The frequency values of the inner nodes are irrelevant here, but you will need the leaf nodes at the correct positions.
You can create the tree on the fly as you read your file header. Create an empty tree initially. For each symbol to code mapping you read, create the corresponding nodes in the tree.
E.g. if the symbol 'D' has been mapped to the code 101, then make sure there is a right child node at the root, which has a left child node, which has a right child node, which contains the symbol 'D', creating the nodes if they were missing.

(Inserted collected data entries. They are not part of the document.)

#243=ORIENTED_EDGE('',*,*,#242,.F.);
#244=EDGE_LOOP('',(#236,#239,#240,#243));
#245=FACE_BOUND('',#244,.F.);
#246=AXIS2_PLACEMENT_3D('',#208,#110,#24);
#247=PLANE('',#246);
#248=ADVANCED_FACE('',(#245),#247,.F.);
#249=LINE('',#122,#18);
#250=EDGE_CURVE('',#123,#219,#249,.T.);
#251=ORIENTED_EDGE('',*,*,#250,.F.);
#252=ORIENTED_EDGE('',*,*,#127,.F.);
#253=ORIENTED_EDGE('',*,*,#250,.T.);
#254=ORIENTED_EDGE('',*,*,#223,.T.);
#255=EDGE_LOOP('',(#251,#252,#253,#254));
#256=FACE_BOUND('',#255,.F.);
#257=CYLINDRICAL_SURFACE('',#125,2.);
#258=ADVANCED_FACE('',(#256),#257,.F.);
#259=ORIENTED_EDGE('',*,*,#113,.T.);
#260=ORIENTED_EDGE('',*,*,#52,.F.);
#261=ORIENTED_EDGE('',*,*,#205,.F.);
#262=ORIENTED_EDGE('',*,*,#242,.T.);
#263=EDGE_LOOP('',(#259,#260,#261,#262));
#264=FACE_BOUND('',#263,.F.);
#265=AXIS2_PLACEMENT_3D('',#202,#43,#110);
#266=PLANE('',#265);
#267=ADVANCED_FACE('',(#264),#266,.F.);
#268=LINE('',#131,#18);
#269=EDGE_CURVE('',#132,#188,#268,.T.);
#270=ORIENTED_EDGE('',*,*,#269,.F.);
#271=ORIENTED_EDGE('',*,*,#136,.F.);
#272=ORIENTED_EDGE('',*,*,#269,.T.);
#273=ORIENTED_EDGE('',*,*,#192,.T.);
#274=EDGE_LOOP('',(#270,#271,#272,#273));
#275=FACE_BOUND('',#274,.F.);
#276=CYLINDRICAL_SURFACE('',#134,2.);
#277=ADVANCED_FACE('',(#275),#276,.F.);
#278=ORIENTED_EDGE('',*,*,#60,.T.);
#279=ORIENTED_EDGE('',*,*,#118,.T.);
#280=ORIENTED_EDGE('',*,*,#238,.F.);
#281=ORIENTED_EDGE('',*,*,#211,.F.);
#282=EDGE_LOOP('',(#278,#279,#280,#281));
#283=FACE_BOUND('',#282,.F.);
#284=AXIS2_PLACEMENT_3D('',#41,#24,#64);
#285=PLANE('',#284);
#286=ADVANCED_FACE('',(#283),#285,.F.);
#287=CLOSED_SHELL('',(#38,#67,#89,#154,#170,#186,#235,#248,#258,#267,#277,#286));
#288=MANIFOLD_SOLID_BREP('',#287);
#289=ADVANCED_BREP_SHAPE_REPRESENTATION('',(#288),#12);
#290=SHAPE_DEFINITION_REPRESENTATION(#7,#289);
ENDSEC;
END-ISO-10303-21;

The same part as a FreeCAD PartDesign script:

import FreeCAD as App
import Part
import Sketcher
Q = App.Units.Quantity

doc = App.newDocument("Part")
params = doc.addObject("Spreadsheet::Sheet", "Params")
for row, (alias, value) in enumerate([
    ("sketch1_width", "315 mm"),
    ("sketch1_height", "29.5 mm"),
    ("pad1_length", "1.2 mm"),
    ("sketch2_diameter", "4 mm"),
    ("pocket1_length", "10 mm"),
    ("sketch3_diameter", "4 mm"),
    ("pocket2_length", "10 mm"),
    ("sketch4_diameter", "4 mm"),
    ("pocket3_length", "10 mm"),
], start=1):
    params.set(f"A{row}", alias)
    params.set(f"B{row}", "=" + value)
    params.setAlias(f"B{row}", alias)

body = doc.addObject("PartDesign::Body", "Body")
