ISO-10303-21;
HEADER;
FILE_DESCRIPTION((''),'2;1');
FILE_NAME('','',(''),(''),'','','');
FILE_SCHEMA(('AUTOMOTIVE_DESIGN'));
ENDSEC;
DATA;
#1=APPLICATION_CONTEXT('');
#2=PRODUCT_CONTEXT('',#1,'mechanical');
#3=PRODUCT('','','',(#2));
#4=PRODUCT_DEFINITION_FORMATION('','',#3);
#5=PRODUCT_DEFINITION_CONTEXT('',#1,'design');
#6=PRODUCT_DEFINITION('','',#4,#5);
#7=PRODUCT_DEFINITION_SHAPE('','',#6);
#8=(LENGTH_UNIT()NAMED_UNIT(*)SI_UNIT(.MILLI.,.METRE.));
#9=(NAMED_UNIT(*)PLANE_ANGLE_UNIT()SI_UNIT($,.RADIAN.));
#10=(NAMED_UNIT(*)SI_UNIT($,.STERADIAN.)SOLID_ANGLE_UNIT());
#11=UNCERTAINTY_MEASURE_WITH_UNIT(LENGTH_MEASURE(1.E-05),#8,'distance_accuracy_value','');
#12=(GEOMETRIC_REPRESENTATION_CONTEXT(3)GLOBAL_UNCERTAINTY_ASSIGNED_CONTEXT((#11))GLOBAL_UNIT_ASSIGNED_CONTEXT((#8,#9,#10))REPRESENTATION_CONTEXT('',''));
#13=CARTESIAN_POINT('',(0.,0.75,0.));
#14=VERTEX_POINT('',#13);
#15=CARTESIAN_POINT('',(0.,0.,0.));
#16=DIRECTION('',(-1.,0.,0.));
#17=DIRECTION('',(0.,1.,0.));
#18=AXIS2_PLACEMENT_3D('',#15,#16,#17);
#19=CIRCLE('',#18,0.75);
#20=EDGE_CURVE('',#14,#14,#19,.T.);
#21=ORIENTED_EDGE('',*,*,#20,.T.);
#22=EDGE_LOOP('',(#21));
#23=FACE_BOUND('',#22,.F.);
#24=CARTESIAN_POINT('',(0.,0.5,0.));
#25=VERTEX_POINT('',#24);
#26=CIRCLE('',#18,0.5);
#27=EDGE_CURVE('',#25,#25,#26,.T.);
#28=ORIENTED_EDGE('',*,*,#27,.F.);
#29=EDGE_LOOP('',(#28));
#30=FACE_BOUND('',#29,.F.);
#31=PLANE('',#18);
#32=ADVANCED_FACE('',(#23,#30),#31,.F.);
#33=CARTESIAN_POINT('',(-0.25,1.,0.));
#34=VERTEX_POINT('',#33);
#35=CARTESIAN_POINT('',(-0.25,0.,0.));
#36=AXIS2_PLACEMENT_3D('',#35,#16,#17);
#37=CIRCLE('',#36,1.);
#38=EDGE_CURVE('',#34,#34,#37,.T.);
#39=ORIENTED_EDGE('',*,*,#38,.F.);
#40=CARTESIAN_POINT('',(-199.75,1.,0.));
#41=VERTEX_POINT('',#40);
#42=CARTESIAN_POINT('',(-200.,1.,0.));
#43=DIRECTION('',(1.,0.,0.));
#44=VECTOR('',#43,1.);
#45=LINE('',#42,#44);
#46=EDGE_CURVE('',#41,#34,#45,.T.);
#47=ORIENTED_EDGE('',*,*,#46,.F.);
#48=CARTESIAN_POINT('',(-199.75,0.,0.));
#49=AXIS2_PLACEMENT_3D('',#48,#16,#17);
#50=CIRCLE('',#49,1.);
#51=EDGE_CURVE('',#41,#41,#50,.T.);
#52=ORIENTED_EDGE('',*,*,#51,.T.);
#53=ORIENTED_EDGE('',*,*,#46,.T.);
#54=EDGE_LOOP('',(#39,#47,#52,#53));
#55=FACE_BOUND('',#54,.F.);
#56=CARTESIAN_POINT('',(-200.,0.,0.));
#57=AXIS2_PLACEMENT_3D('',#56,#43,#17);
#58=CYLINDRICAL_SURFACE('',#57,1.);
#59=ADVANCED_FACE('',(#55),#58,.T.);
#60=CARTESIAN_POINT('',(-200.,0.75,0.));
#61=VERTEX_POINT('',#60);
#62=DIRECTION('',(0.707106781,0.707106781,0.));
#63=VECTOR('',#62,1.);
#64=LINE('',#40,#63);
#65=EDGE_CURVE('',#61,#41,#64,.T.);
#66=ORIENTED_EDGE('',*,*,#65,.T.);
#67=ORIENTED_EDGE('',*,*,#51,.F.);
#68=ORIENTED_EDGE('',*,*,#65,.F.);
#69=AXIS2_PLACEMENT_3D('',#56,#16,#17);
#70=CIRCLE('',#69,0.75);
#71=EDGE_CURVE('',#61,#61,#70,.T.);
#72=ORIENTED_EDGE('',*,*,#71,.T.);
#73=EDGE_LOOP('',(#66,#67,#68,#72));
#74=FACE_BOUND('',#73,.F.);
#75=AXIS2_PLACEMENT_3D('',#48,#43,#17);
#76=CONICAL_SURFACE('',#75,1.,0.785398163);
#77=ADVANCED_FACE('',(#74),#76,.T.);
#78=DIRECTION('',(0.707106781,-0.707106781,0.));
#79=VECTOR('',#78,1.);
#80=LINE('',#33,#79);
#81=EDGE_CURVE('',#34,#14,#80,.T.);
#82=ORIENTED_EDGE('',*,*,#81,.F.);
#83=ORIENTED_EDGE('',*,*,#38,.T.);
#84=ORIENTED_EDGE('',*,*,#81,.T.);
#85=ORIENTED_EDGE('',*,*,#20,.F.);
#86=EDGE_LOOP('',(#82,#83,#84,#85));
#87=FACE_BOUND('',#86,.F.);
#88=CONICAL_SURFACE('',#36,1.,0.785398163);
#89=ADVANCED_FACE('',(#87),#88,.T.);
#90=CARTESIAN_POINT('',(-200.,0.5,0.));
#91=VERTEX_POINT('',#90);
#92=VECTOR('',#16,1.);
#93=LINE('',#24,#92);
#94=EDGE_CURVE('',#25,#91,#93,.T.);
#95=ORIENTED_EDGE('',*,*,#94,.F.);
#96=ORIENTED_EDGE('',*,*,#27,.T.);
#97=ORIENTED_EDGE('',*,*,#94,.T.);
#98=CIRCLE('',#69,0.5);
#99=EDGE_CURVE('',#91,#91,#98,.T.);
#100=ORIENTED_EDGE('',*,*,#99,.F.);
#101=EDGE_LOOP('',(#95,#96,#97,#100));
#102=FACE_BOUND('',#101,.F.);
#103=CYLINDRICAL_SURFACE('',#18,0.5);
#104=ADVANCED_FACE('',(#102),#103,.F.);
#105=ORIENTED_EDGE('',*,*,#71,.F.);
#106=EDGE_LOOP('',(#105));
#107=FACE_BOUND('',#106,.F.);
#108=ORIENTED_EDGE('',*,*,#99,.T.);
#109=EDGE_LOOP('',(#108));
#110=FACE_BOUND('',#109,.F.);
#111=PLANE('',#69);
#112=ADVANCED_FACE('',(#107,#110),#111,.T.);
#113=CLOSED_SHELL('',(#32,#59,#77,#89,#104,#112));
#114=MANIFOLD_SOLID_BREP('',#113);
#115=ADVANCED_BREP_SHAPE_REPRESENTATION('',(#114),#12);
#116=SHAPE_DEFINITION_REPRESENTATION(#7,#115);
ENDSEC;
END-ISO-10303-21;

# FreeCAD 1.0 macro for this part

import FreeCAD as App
import Part
import Sketcher
from FreeCAD import Vector
Q = App.Units.Quantity


def edges_at(feature, points):
    """Names of the edges that pass closest to the given points."""
    edges = feature.Shape.Edges
    near = lambda p: min(range(len(edges)), key=lambda i: edges[i].distToShape(Part.Vertex(*p))[0])
    return sorted({f"Edge{near(p) + 1}" for p in points})


def add_polygon(sketch, points):
    """Adds a closed chain of lines whose ends are joined by coincident constraints."""
    first, n = sketch.GeometryCount, len(points)
    for a, b in zip(points, points[1:] + points[:1]):
        sketch.addGeometry(Part.LineSegment(App.Vector(*a, 0), App.Vector(*b, 0)), False)
    for i in range(n):
        sketch.addConstraint(Sketcher.Constraint("Coincident", first + i, 2, first + (i + 1) % n, 1))

doc = App.newDocument("Part")
body = doc.addObject("PartDesign::Body", "Body")

# Sketch on XY plane
sketch1 = body.newObject("Sketcher::SketchObject", "Sketch")
sketch1.AttachmentSupport = (doc.getObject("XY_Plane"), [""])
sketch1.MapMode = "FlatFace"
add_polygon(sketch1, [(-200, 0.5), (0, 0.5), (0, 1), (-200, 1)])  # lines 0-3
sketch1.addConstraint([
    Sketcher.Constraint("Horizontal", 0),
    Sketcher.Constraint("Vertical", 1),
    Sketcher.Constraint("Horizontal", 2),
    Sketcher.Constraint("Vertical", 3),
    Sketcher.Constraint("PointOnObject", 0, 2, -2),
    Sketcher.Constraint("DistanceX", 0, 1, 0, 2, Q("200 mm")),
    Sketcher.Constraint("DistanceY", 1, 1, 1, 2, Q("0.5 mm")),
    Sketcher.Constraint("DistanceY", -1, 1, 1, 2, Q("1 mm")),
])
revolution = body.newObject("PartDesign::Revolution", "Revolution")
revolution.Profile = sketch1
revolution.ReferenceAxis = (sketch1, ["H_Axis"])
revolution.Angle = 360
doc.recompute()

chamfer = body.newObject("PartDesign::Chamfer", "Chamfer")
chamfer.Base = (revolution, edges_at(revolution, [(0, -1, 0), (-200, -1, 0)]))
chamfer.Size = 0.25

doc.recompute()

Using that tree you can then decode the stream as follows (pseudo-code, assuming taking a right child corresponds to adding a 1 to the code):
// use a node variable to remember the position in the tree while reading bits
node n = tree.root
while(stream not fully read) {
read next bit into boolean b
if (b == true) {
n = n.rightChild
} else {
n = n.leftChild
}
// check whether we are in a leaf node now
if (n.leftChild == null && n.rightChild == null) {
// n is a leaf node, thus we have read a complete code
// add the corresponding symbol to the decoded output
decoded.add(n.getSymbol())
// reset the search
n = tree.root
}
}
Note that inverting your map to get the lookup into the correct direction will still result in suboptimal performance (compared to binary tree traversal) since it can't exploit the restriction to a smaller search space as the traversal does.